Quando la FIFA ha annunciato che avrebbe usato prezzi variabili, a Bruxelles si è acceso l’allarme.

“Abbiamo seguito da vicino come si sarebbe evoluta la situazione, ma abbiamo anche lavorato con Football Supporters Europe, che sapeva che eravamo molto attivi sul tema dei prezzi dinamici”, ha spiegato Bruggeman.

“Loro (FSE) ricevevano i reclami, raccoglievano le esperienze. E, facendo due più due, siamo riusciti a presentare questo reclamo”.

Non solo prezzi alle stelle

Nel reclamo sono inclusi anche altri aspetti, oltre ai prezzi dinamici e alle tariffe elevate.

Euroconsumers sostiene che la FIFA abbia usato pubblicità-esca, una pratica vietata dal diritto dei consumatori dell’UE.

Prima dell’apertura della prima fase di vendita, la FIFA aveva annunciato biglietti per la fase a gironi a partire da 60 dollari (51,77 euro).
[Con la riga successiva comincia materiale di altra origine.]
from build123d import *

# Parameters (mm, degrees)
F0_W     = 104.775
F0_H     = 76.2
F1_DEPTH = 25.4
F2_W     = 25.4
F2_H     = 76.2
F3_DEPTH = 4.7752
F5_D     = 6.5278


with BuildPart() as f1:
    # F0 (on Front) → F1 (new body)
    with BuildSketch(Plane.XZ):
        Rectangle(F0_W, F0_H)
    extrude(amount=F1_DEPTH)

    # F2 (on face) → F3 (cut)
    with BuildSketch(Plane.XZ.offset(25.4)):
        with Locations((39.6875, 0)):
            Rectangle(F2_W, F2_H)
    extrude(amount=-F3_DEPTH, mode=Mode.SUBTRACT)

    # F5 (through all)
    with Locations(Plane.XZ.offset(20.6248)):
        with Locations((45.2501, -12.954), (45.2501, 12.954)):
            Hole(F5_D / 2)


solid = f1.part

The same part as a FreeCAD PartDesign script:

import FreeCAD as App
import Part
import Sketcher
from FreeCAD import Vector
Q = App.Units.Quantity

doc = App.newDocument("Part")
body = doc.addObject("PartDesign::Body", "Body")

sketch1 = body.newObject("Sketcher::SketchObject", "Sketch")
sketch1.AttachmentSupport = (doc.getObject("XZ_Plane"), [""])
sketch1.MapMode = "FlatFace"
sketch1.addGeometry([
    Part.LineSegment(Vector(-52, 38, 0), Vector(-52, -38, 0)),
    Part.LineSegment(Vector(-52, -38, 0), Vector(52, -38, 0)),
    Part.LineSegment(Vector(52, -38, 0), Vector(52, 38, 0)),
    Part.LineSegment(Vector(52, 38, 0), Vector(-52, 38, 0)),
], False)
sketch1.addConstraint([
    Sketcher.Constraint("Coincident", 0, 2, 1, 1),
    Sketcher.Constraint("Coincident", 1, 2, 2, 1),
    Sketcher.Constraint("Coincident", 2, 2, 3, 1),
    Sketcher.Constraint("Coincident", 3, 2, 0, 1),
    Sketcher.Constraint("Vertical", 0),
    Sketcher.Constraint("Horizontal", 1),
    Sketcher.Constraint("Vertical", 2),
    Sketcher.Constraint("Horizontal", 3),
    Sketcher.Constraint("Symmetric", 0, 2, 2, 2, -1, 1),
    Sketcher.Constraint("DistanceY", 0, 2, 0, 1, Q("3 in")),
    Sketcher.Constraint("DistanceX", 1, 1, 1, 2, Q("4.125 in")),
])
pad1 = body.newObject("PartDesign::Pad", "Pad")
pad1.Profile = sketch1
pad1.Length = Q("1 in")

sketch2 = body.newObject("Sketcher::SketchObject", "Sketch001")
sketch2.AttachmentSupport = (doc.getObject("XZ_Plane"), [""])
sketch2.MapMode = "FlatFace"
sketch2.AttachmentOffset = App.Placement(Vector(0, 0, 1 * 25.4), App.Rotation())
sketch2.addGeometry([
    Part.LineSegment(Vector(27, 38, 0), Vector(27, -38, 0)),
    Part.LineSegment(Vector(27, -38, 0), Vector(52, -38, 0)),
    Part.LineSegment(Vector(52, -38, 0), Vector(52, 38, 0)),
    Part.LineSegment(Vector(52, 38, 0), Vector(27, 38, 0)),
], False)
sketch2.addConstraint([
    Sketcher.Constraint("Coincident", 0, 2, 1, 1),
    Sketcher.Constraint("Coincident", 1, 2, 2, 1),
    Sketcher.Constraint("Coincident", 2, 2, 3, 1),
    Sketcher.Constraint("Coincident", 3, 2, 0, 1),
    Sketcher.Constraint("Vertical", 0),
    Sketcher.Constraint("Horizontal", 1),
    Sketcher.Constraint("Vertical", 2),
    Sketcher.Constraint("Horizontal", 3),
    Sketcher.Constraint("DistanceX", 1, 1, 1, 2, Q("1 in")),
    Sketcher.Constraint("DistanceY", 0, 2, 0, 1, Q("3 in")),
    Sketcher.Constraint("DistanceY", 0, 2, -1, 1, Q("1.5 in")),
    Sketcher.Constraint("DistanceX", -1, 1, 0, 2, Q("1.0625 in")),
])
pocket1 = body.newObject("PartDesign::Pocket", "Pocket")
pocket1.Profile = sketch2
pocket1.Length = Q("0.188 in")

sketch3 = body.newObject("Sketcher::SketchObject", "Sketch002")
sketch3.AttachmentSupport = (doc.getObject("XZ_Plane"), [""])
sketch3.MapMode = "FlatFace"
sketch3.AttachmentOffset = App.Placement(Vector(0, 0, 0.812 * 25.4), App.Rotation())
sketch3.addGeometry([
    Part.Circle(Vector(45.3, -13, 0), Vector(0, 0, 1), 3.3),
    Part.Circle(Vector(45.3, 13, 0), Vector(0, 0, 1), 3.3),
], False)
sketch3.addConstraint([
    Sketcher.Constraint("Equal", 0, 1),
    Sketcher.Constraint("Symmetric", 0, 3, 1, 3, -1),
    Sketcher.Constraint("Diameter", 0, Q("0.257 in")),
    Sketcher.Constraint("DistanceY", 0, 3, -1, 1, Q("0.51 in")),
    Sketcher.Constraint("DistanceX", -1, 1, 0, 3, Q("1.7815 in")),
])
doc.recompute()
hole = body.newObject("PartDesign::Hole", "Hole")
hole.Profile = sketch3
hole.ThreadType = "None"
hole.Diameter = Q("0.257 in")
hole.DepthType = "ThroughAll"

doc.recompute()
In realtà, secondo il comunicato stampa, pochi tifosi sono riusciti ad acquistare biglietti a quei prezzi.

Se i clienti vogliono rivendere i biglietti dei Mondiali o acquistare biglietti di rivendita, la FIFA li invita a farlo tramite la piattaforma FIFA Resale/Exchange Marketplace, invece che attraverso concorrenti come StubHub o Vivid Seats, affermando che la propria piattaforma è il “modo ufficiale e sicuro”.

Il Resale/Exchange Marketplace della FIFA applica poi una commissione del 15% sia all’acquirente sia al venditore. Nel reclamo di Euroconsumers e FSE si sottolinea che si tratta di un meccanismo molto redditizio per la FIFA, “a detrimento dei diritti e degli interessi dei consumatori”.

“Basta giochetti”, ha detto Els Bruggeman, responsabile delle politiche e dell’applicazione delle norme a Euroconsumers.

“Mettiamo fine a questi prezzi dinamici. Siate molto chiari su quanti biglietti [FIFA] avete ancora e per quali partite. Annunciate in piena trasparenza quali saranno i prezzi”.

Euroconsumers ha dichiarato di aver contattato la FIFA prima dell’avvio delle vendite per chiedere come avrebbe funzionato la tariffazione variabile per i Mondiali 2026, ma di non aver ricevuto risposta.

Cosa può fare la Commissione europea?

Euroconsumers e FSE chiedono alla Commissione europea di ordinare alla FIFA di smettere di utilizzare prezzi dinamici per tutti i biglietti venduti.

Bruggeman ha detto di sperare in una soluzione rapida, dato che un’altra estrazione per i biglietti si aprirà il 2 aprile e i Mondiali inizieranno a giugno.

“Se entro allora non avremo misure, il danno per i consumatori sarà irreparabile”, ha affermato.

Un portavoce della Commissione ha dichiarato di aver ricevuto il reclamo e che “sarà valutato secondo le nostre procedure standard”.